##### Material for this task

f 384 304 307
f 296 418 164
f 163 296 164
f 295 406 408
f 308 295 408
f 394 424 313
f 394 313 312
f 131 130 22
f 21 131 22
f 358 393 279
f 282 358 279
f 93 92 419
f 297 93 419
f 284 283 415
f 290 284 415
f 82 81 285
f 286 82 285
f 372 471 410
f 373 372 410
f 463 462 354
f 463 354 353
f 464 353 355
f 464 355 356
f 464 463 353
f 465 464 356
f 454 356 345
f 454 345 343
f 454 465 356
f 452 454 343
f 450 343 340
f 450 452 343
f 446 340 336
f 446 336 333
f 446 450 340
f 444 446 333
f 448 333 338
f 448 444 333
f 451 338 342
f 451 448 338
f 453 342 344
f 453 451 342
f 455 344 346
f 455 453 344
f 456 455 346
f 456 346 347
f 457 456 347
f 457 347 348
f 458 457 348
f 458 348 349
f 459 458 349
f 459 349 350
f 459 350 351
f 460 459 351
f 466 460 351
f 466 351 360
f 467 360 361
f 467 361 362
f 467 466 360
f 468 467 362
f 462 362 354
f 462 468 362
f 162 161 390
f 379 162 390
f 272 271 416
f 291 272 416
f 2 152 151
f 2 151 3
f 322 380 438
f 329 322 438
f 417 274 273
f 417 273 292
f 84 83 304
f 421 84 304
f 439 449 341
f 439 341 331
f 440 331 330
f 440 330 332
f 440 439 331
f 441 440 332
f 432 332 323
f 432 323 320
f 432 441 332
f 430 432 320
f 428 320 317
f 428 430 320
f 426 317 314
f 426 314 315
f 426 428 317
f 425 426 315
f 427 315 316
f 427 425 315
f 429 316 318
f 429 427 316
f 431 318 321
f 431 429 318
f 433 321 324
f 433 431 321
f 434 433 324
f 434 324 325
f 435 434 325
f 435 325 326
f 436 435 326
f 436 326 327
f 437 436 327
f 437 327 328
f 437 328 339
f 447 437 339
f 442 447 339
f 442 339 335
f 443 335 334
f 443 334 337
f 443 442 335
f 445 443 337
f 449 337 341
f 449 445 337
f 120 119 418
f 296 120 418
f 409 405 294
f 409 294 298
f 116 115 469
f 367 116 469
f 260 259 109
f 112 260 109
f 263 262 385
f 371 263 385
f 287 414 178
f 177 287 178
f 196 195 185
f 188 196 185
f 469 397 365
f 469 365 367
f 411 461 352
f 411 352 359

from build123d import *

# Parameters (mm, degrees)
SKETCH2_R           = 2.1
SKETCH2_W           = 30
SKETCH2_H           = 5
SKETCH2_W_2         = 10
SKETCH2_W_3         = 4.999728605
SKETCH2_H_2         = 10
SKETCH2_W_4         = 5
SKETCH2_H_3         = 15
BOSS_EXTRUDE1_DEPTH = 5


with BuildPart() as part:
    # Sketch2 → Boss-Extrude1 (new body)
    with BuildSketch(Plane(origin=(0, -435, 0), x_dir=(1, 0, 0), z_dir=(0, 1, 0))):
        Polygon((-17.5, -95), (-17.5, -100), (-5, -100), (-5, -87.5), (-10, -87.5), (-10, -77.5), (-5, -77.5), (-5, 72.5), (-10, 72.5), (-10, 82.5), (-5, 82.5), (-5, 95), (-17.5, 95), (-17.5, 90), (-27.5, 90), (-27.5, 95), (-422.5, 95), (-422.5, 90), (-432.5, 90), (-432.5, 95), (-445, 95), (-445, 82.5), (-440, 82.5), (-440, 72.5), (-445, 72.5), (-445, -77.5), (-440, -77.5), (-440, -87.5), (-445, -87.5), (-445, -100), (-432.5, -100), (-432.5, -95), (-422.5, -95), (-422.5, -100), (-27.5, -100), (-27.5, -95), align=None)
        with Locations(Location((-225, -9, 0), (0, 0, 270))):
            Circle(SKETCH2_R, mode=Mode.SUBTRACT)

##########
##### Material for this task

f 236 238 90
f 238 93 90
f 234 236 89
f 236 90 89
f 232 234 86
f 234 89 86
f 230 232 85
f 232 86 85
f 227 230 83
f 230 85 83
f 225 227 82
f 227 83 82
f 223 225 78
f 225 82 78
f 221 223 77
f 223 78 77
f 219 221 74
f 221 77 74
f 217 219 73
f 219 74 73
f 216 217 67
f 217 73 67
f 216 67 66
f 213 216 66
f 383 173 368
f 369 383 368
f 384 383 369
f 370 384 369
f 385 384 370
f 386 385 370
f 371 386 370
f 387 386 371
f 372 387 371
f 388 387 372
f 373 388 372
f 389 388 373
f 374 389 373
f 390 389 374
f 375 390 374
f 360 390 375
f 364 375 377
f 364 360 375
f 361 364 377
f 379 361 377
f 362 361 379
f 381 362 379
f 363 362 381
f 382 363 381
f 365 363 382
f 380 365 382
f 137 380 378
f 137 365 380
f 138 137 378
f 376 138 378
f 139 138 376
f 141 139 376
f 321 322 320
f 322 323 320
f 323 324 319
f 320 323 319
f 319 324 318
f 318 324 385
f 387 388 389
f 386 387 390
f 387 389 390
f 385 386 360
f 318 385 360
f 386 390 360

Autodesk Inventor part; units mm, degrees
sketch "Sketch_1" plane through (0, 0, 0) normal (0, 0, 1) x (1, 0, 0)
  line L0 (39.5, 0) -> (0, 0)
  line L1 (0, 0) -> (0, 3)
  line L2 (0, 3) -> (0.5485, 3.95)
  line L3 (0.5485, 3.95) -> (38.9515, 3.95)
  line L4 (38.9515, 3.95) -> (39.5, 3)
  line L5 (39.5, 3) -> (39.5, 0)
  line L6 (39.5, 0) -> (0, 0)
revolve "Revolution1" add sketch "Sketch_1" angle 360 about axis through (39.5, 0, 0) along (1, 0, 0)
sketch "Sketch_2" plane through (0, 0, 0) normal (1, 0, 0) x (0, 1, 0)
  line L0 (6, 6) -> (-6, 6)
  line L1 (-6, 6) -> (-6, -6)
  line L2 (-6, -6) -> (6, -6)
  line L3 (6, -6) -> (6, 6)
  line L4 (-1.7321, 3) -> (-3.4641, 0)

##########
##### Material for this task

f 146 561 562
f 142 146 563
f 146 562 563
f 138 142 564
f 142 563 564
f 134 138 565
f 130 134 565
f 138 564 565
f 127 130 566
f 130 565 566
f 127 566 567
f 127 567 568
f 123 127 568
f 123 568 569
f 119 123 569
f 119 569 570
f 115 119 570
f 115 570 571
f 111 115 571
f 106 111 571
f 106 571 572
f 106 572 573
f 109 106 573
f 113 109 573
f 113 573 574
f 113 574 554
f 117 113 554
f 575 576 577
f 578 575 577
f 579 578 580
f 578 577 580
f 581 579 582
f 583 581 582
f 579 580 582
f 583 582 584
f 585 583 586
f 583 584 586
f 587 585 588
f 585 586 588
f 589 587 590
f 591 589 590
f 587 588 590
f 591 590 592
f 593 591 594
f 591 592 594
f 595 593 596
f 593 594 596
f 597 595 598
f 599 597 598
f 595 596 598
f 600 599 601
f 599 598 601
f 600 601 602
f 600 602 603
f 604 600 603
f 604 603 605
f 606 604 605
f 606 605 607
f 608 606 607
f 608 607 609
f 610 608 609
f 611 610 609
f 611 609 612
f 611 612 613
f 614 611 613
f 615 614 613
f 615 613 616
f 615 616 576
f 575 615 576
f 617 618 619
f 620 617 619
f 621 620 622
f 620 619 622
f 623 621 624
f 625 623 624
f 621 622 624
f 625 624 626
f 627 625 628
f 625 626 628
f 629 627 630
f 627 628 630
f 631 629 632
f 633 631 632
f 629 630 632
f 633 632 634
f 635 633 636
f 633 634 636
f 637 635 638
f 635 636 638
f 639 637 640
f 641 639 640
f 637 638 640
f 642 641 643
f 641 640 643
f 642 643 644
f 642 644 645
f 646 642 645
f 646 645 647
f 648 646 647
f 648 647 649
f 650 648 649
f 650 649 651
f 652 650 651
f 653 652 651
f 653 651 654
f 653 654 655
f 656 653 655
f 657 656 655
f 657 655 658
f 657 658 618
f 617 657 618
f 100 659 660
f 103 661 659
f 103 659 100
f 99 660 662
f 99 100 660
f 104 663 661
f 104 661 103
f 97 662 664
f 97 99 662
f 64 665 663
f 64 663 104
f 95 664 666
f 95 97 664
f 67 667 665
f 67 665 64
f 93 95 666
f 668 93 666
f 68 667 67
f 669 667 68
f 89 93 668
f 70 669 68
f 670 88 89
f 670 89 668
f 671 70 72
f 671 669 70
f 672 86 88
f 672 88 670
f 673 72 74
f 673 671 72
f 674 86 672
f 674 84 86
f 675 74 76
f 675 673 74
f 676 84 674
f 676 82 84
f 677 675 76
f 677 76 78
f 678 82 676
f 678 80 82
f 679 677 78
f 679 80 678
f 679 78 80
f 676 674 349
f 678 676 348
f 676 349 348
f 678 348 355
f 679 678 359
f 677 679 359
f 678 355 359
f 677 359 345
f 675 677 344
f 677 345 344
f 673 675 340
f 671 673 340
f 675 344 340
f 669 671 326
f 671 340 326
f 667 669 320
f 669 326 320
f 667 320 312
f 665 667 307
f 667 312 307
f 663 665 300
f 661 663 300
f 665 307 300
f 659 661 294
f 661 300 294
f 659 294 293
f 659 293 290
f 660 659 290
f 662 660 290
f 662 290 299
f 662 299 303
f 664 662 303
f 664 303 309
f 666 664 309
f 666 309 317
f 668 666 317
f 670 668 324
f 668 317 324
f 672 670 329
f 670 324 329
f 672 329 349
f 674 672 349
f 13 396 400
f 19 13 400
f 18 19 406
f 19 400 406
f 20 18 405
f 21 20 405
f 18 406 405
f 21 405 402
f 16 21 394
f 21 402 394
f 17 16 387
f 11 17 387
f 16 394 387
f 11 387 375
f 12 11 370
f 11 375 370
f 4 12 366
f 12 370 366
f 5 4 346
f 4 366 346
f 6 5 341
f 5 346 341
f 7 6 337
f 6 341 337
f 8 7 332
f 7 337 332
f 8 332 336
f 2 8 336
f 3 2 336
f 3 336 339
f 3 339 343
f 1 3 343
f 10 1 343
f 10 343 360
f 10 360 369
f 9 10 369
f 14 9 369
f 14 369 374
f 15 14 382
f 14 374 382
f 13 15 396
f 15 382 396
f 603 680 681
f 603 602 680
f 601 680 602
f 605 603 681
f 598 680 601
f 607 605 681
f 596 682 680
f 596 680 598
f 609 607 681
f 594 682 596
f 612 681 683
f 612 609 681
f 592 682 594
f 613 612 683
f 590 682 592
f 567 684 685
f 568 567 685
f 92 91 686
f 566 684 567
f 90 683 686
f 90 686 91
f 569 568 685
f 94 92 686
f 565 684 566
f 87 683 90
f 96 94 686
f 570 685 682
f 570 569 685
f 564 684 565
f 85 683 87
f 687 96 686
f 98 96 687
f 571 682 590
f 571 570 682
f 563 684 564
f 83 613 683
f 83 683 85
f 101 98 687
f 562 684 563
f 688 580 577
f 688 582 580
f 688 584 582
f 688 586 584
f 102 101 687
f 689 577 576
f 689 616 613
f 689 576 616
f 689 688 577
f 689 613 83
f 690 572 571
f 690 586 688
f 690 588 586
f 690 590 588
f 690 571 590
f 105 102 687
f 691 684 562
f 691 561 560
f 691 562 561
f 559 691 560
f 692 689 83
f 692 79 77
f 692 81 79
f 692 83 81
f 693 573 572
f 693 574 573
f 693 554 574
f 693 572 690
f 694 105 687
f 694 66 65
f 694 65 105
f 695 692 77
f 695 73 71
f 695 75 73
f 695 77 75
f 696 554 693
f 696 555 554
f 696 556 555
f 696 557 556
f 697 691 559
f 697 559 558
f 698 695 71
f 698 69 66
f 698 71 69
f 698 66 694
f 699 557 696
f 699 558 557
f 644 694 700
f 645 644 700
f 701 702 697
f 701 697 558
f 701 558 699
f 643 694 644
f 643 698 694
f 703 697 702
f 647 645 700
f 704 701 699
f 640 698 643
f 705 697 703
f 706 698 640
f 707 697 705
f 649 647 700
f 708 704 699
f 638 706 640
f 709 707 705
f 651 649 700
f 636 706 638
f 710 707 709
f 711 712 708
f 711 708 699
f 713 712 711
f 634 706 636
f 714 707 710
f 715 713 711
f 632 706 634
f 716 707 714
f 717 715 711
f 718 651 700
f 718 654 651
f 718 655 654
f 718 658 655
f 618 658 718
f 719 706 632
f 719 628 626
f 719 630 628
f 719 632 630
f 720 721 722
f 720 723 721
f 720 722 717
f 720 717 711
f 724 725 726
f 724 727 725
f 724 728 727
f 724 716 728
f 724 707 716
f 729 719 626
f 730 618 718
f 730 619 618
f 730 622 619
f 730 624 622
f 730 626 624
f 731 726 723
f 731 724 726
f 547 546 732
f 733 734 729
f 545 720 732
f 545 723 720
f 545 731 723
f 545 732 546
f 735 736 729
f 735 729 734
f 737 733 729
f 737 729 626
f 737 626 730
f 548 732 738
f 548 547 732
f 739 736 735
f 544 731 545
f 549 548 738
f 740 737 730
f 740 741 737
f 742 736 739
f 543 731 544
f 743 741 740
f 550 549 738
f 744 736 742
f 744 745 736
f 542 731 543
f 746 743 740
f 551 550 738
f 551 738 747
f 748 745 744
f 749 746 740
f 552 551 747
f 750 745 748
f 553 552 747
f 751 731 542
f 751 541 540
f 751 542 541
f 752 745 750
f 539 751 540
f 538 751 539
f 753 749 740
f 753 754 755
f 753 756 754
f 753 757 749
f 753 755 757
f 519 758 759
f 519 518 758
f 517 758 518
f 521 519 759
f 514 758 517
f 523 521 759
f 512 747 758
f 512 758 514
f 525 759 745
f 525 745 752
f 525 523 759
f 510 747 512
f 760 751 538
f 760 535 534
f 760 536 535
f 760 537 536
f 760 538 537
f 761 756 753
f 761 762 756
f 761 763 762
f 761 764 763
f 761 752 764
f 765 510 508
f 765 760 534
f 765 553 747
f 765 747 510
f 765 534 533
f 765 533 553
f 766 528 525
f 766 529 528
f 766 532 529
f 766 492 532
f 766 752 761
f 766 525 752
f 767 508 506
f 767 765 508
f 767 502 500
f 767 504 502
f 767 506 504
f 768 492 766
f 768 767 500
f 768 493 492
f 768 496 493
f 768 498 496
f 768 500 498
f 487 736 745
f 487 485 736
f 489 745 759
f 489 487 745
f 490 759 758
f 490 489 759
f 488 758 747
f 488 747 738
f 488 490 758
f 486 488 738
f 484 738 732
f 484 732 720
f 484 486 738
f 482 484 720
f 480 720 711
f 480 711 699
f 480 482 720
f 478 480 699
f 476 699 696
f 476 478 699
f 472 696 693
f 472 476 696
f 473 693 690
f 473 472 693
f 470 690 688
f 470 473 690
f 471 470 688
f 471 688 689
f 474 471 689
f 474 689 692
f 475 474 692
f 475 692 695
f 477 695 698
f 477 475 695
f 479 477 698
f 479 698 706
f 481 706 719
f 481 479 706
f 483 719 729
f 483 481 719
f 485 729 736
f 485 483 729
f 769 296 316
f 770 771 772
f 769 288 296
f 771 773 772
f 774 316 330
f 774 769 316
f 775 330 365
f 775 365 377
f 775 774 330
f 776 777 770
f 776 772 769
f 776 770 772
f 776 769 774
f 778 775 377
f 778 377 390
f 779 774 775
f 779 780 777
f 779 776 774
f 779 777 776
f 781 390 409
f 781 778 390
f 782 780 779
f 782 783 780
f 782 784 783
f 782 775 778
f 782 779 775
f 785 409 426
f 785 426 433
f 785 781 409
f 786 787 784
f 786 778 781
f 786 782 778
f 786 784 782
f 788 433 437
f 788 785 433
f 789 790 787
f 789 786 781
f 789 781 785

##########

__Exercise directions__: State how many lines of the data contain the word "part". Nothing besides the number belongs in the reply.

__Result below__: 2